# Show that $\sum_{n=0}^{\infty}(\sum_{j=0}^n a_jb_{n-j})$ converges to $(\sum_{n=0}^{\infty}b_n)(\sum_{n=0}^{\infty}a_n)$.

Let $a_j, b_j \in \mathbb C$ for all $j$ such that both $\sum_{j=0}^{\infty}|a_n|$ ,$\sum_{j=0}^{\infty}|b_n|$ converges.

Show that $\sum_{n=0}^{\infty}(\sum_{j=0}^n a_jb_{n-j})$ converges to $(\sum_{j=0}^{\infty}b_n)(\sum_{j=0}^{\infty}a_n)$.
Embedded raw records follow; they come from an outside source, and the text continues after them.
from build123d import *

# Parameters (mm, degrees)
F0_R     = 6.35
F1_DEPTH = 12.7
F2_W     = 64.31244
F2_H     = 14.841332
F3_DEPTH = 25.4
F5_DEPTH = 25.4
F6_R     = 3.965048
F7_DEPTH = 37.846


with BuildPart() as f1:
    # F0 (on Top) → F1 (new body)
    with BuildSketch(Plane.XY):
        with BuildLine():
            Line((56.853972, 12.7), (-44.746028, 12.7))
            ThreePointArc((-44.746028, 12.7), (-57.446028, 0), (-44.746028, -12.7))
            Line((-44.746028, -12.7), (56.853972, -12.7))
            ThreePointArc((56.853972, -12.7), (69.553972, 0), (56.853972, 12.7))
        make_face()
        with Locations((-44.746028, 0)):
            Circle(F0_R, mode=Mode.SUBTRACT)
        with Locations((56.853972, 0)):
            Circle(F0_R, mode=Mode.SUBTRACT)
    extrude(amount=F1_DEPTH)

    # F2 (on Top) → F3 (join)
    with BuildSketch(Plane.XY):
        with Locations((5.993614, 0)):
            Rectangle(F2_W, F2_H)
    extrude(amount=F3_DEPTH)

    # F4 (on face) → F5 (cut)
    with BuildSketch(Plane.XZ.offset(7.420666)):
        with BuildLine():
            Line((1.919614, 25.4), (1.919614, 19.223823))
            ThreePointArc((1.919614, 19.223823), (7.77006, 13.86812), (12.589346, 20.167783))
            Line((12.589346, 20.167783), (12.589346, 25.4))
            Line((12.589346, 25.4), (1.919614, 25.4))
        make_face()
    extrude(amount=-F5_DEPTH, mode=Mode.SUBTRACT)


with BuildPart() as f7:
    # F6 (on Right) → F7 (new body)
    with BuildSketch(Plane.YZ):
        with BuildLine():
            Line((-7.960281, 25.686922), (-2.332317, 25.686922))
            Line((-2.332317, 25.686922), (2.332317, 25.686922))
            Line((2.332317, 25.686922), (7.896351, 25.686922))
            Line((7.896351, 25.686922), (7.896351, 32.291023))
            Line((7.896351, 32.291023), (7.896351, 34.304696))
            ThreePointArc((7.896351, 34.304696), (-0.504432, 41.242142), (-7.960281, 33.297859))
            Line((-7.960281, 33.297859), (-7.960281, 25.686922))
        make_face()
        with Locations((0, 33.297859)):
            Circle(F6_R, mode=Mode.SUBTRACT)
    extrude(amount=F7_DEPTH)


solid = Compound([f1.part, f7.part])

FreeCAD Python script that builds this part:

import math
import FreeCAD as App
import Part
import Sketcher
Q = App.Units.Quantity

doc = App.newDocument("Part")
body = doc.addObject("PartDesign::Body", "Body")

# Sketch on XY plane
sketch1 = doc.addObject("Sketcher::SketchObject", "Sketch")
body.addObject(sketch1)
sketch1.AttachmentSupport = (doc.XY_Plane, [""])
sketch1.MapMode = "FlatFace"
sketch1.addGeometry(Part.LineSegment(App.Vector(57, 13, 0), App.Vector(-45, 13, 0)), False)
sketch1.addGeometry(Part.ArcOfCircle(Part.Circle(App.Vector(-45, 0, 0), App.Vector(0, 0, 1), 13), math.radians(90), math.radians(270)), False)
sketch1.addGeometry(Part.LineSegment(App.Vector(-45, -13, 0), App.Vector(57, -13, 0)), False)
sketch1.addGeometry(Part.ArcOfCircle(Part.Circle(App.Vector(57, 0, 0), App.Vector(0, 0, 1), 13), math.radians(-90), math.radians(90)), False)
sketch1.addGeometry(Part.Circle(App.Vector(-45, 0, 0), App.Vector(0, 0, 1), 6), False)
sketch1.addGeometry(Part.Circle(App.Vector(57, 0, 0), App.Vector(0, 0, 1), 6), False)
sketch1.addConstraint(Sketcher.Constraint("Tangent", 0, 2, 1, 1))
sketch1.addConstraint(Sketcher.Constraint("Tangent", 1, 2, 2, 1))
sketch1.addConstraint(Sketcher.Constraint("Tangent", 2, 2, 3, 1))
sketch1.addConstraint(Sketcher.Constraint("Tangent", 3, 2, 0, 1))
sketch1.addConstraint(Sketcher.Constraint("Horizontal", 0))
sketch1.addConstraint(Sketcher.Constraint("Horizontal", 2))
sketch1.addConstraint(Sketcher.Constraint("Coincident", 4, 3, 1, 3))
sketch1.addConstraint(Sketcher.Constraint("Coincident", 5, 3, 3, 3))
sketch1.addConstraint(Sketcher.Constraint("Equal", 4, 5))
sketch1.addConstraint(Sketcher.Constraint("PointOnObject", 1, 3, -1))
sketch1.addConstraint(Sketcher.Constraint("Diameter", 4, Q("0.5 in")))
sketch1.addConstraint(Sketcher.Constraint("Radius", 1, Q("0.5 in")))
sketch1.addConstraint(Sketcher.Constraint("DistanceX", 0, 2, 0, 1, Q("4 in")))
sketch1.addConstraint(Sketcher.Constraint("DistanceX", 1, 3, -1, 1, 44.746028))
pad1 = doc.addObject("PartDesign::Pad", "Pad")
body.addObject(pad1)
pad1.Profile = sketch1
pad1.Length = Q("0.5 in")

# Sketch on XY plane
sketch2 = doc.addObject("Sketcher::SketchObject", "Sketch001")
body.addObject(sketch2)
sketch2.AttachmentSupport = (doc.XY_Plane, [""])
sketch2.MapMode = "FlatFace"
sketch2.addGeometry(Part.LineSegment(App.Vector(-26, 7, 0), App.Vector(-26, -7, 0)), False)
sketch2.addGeometry(Part.LineSegment(App.Vector(-26, -7, 0), App.Vector(38, -7, 0)), False)
sketch2.addGeometry(Part.LineSegment(App.Vector(38, -7, 0), App.Vector(38, 7, 0)), False)
sketch2.addGeometry(Part.LineSegment(App.Vector(38, 7, 0), App.Vector(-26, 7, 0)), False)
sketch2.addConstraint(Sketcher.Constraint("Coincident", 0, 2, 1, 1))
sketch2.addConstraint(Sketcher.Constraint("Coincident", 1, 2, 2, 1))
sketch2.addConstraint(Sketcher.Constraint("Coincident", 2, 2, 3, 1))
sketch2.addConstraint(Sketcher.Constraint("Coincident", 3, 2, 0, 1))
sketch2.addConstraint(Sketcher.Constraint("Vertical", 0))
sketch2.addConstraint(Sketcher.Constraint("Horizontal", 1))
sketch2.addConstraint(Sketcher.Constraint("Vertical", 2))
sketch2.addConstraint(Sketcher.Constraint("Horizontal", 3))
sketch2.addConstraint(Sketcher.Constraint("DistanceX", 1, 1, 1, 2, 64.31244))
sketch2.addConstraint(Sketcher.Constraint("DistanceY", 0, 2, 0, 1, 14.841332))
sketch2.addConstraint(Sketcher.Constraint("DistanceX", 0, 2, -1, 1, 26.162606))
sketch2.addConstraint(Sketcher.Constraint("DistanceY", 0, 2, -1, 1, 7.420666))
pad2 = doc.addObject("PartDesign::Pad", "Pad001")
body.addObject(pad2)
pad2.Profile = sketch2
pad2.Length = Q("1 in")

# Sketch on XZ plane
sketch3 = doc.addObject("Sketcher::SketchObject", "Sketch002")
body.addObject(sketch3)
sketch3.AttachmentSupport = (doc.XZ_Plane, [""])
sketch3.MapMode = "FlatFace"
sketch3.AttachmentOffset = App.Placement(App.Vector(0, 0, 7.420666), App.Rotation())
sketch3.addGeometry(Part.LineSegment(App.Vector(2, 25, 0), App.Vector(2, 19, 0)), False)
sketch3.addGeometry(Part.ArcOfCircle(Part.Circle(App.Vector(7, 19, 0), App.Vector(0, 0, 1), 5), math.radians(-180), math.radians(10)), False)
sketch3.addGeometry(Part.LineSegment(App.Vector(13, 20, 0), App.Vector(13, 25, 0)), False)
sketch3.addGeometry(Part.LineSegment(App.Vector(13, 25, 0), App.Vector(2, 25, 0)), False)
sketch3.addConstraint(Sketcher.Constraint("Tangent", 0, 2, 1, 1))
sketch3.addConstraint(Sketcher.Constraint("Coincident", 1, 2, 2, 1))
sketch3.addConstraint(Sketcher.Constraint("Coincident", 2, 2, 3, 1))
sketch3.addConstraint(Sketcher.Constraint("Coincident", 3, 2, 0, 1))
sketch3.addConstraint(Sketcher.Constraint("Vertical", 0))
sketch3.addConstraint(Sketcher.Constraint("Vertical", 2))
sketch3.addConstraint(Sketcher.Constraint("Horizontal", 3))
sketch3.addConstraint(Sketcher.Constraint("DistanceY", -1, 1, 2, 2, Q("1 in")))
sketch3.addConstraint(Sketcher.Constraint("Radius", 1, 5.376622))
sketch3.addConstraint(Sketcher.Constraint("DistanceX", 3, 2, 3, 1, 10.669732))
sketch3.addConstraint(Sketcher.Constraint("DistanceY", 0, 2, 0, 1, 6.176177))
sketch3.addConstraint(Sketcher.Constraint("DistanceX", -1, 1, 1, 3, 7.296236))
pocket1 = doc.addObject("PartDesign::Pocket", "Pocket")
body.addObject(pocket1)
pocket1.Profile = sketch3
pocket1.Length = Q("1 in")
body2 = doc.addObject("PartDesign::Body", "Body001")

# Sketch on YZ plane
sketch4 = doc.addObject("Sketcher::SketchObject", "Sketch003")
body2.addObject(sketch4)
sketch4.AttachmentSupport = (doc.getObject("YZ_Plane001"), [""])
sketch4.MapMode = "FlatFace"
sketch4.addGeometry(Part.LineSegment(App.Vector(-8, 25.7, 0), App.Vector(7.9, 25.7, 0)), False)
sketch4.addGeometry(Part.LineSegment(App.Vector(7.9, 25.7, 0), App.Vector(7.9, 34.3, 0)), False)
sketch4.addGeometry(Part.ArcOfCircle(Part.Circle(App.Vector(0, 33.3, 0), App.Vector(0, 0, 1), 8), math.radians(7), math.radians(180)), False)
sketch4.addGeometry(Part.LineSegment(App.Vector(-8, 33.3, 0), App.Vector(-8, 25.7, 0)), False)
sketch4.addGeometry(Part.Circle(App.Vector(0, 33.3, 0), App.Vector(0, 0, 1), 4), False)
sketch4.addConstraint(Sketcher.Constraint("Coincident", 0, 2, 1, 1))
sketch4.addConstraint(Sketcher.Constraint("Coincident", 1, 2, 2, 1))
sketch4.addConstraint(Sketcher.Constraint("Tangent", 2, 2, 3, 1))
sketch4.addConstraint(Sketcher.Constraint("Coincident", 3, 2, 0, 1))
sketch4.addConstraint(Sketcher.Constraint("Horizontal", 0))
sketch4.addConstraint(Sketcher.Constraint("Vertical", 1))
sketch4.addConstraint(Sketcher.Constraint("Vertical", 3))
sketch4.addConstraint(Sketcher.Constraint("Coincident", 4, 3, 2, 3))
sketch4.addConstraint(Sketcher.Constraint("PointOnObject", 2, 3, -2))
sketch4.addConstraint(Sketcher.Constraint("Radius", 2, 7.960281))
sketch4.addConstraint(Sketcher.Constraint("Diameter", 4, 7.930096))
sketch4.addConstraint(Sketcher.Constraint("DistanceX", 0, 1, 0, 2, 15.856632))
sketch4.addConstraint(Sketcher.Constraint("DistanceY", 1, 1, 1, 2, 8.617774))
sketch4.addConstraint(Sketcher.Constraint("DistanceY", -1, 1, 2, 3, 33.29786))
pad3 = doc.addObject("PartDesign::Pad", "Pad002")
body2.addObject(pad3)
pad3.Profile = sketch4
pad3.Length = Q("1.49 in")

doc.recompute()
I know that since the two complex series converges absolutely, they converge, thus they're both bounded.

Let $|b_j|< K$ for all $j$ where $K>0$
there exist $J_1$ such that for all $j \ge J_1$, $|b_j -M| < \frac{\epsilon}{2L}$
there exist $J_2$ such that for all $j \ge J_2$, $|a_j -L| < \frac{\epsilon}{2K}$
then for all $j \ge J$ where $J = \max\{J_1,J_2\}$ \begin{align*} |a_jb_j - LM| &= |(a_jb_j - Lb_j) + (Lb_j - LM)|\\ &\le |a_j -L||b_j| + |L||b_j - M|\\ &\le |a_j -L|K+L|b_j-M|\\ &\le \frac{\epsilon}{2} + \frac{\epsilon}{2} = \epsilon. \end{align*} Would this be the right way to complete this question?

Note that $\displaystyle \sum_{p=0}^{\lfloor N/2 \rfloor} a_p \sum_{q=0}^{N-\lfloor N/2 \rfloor} b_q = \sum_{n=0}^{N} \sum_{p+q=n} a_pb_q = \sum_{n=0}^N\sum_{p=0}^na_pb_{n-p}$
Since the sequences $N-\lfloor N/2 \rfloor$ and $\lfloor N/2 \rfloor$ both go to $\infty$ monotonically, $\displaystyle \lim_{N\to \infty} \sum_{p=0}^{\lfloor N/2 \rfloor} a_p \sum_{q=0}^{N-\lfloor N/2 \rfloor} b_q =\sum_{p=0}^{\infty} a_p \sum_{q=0}^{\infty} b_q$
Therefore, the series $\sum_{n=0}^N\sum_{p=0}^na_pb_{n-p}$ is convergent and its limit is $\sum_{p=0}^{\infty} a_p \sum_{q=0}^{\infty} b_q$.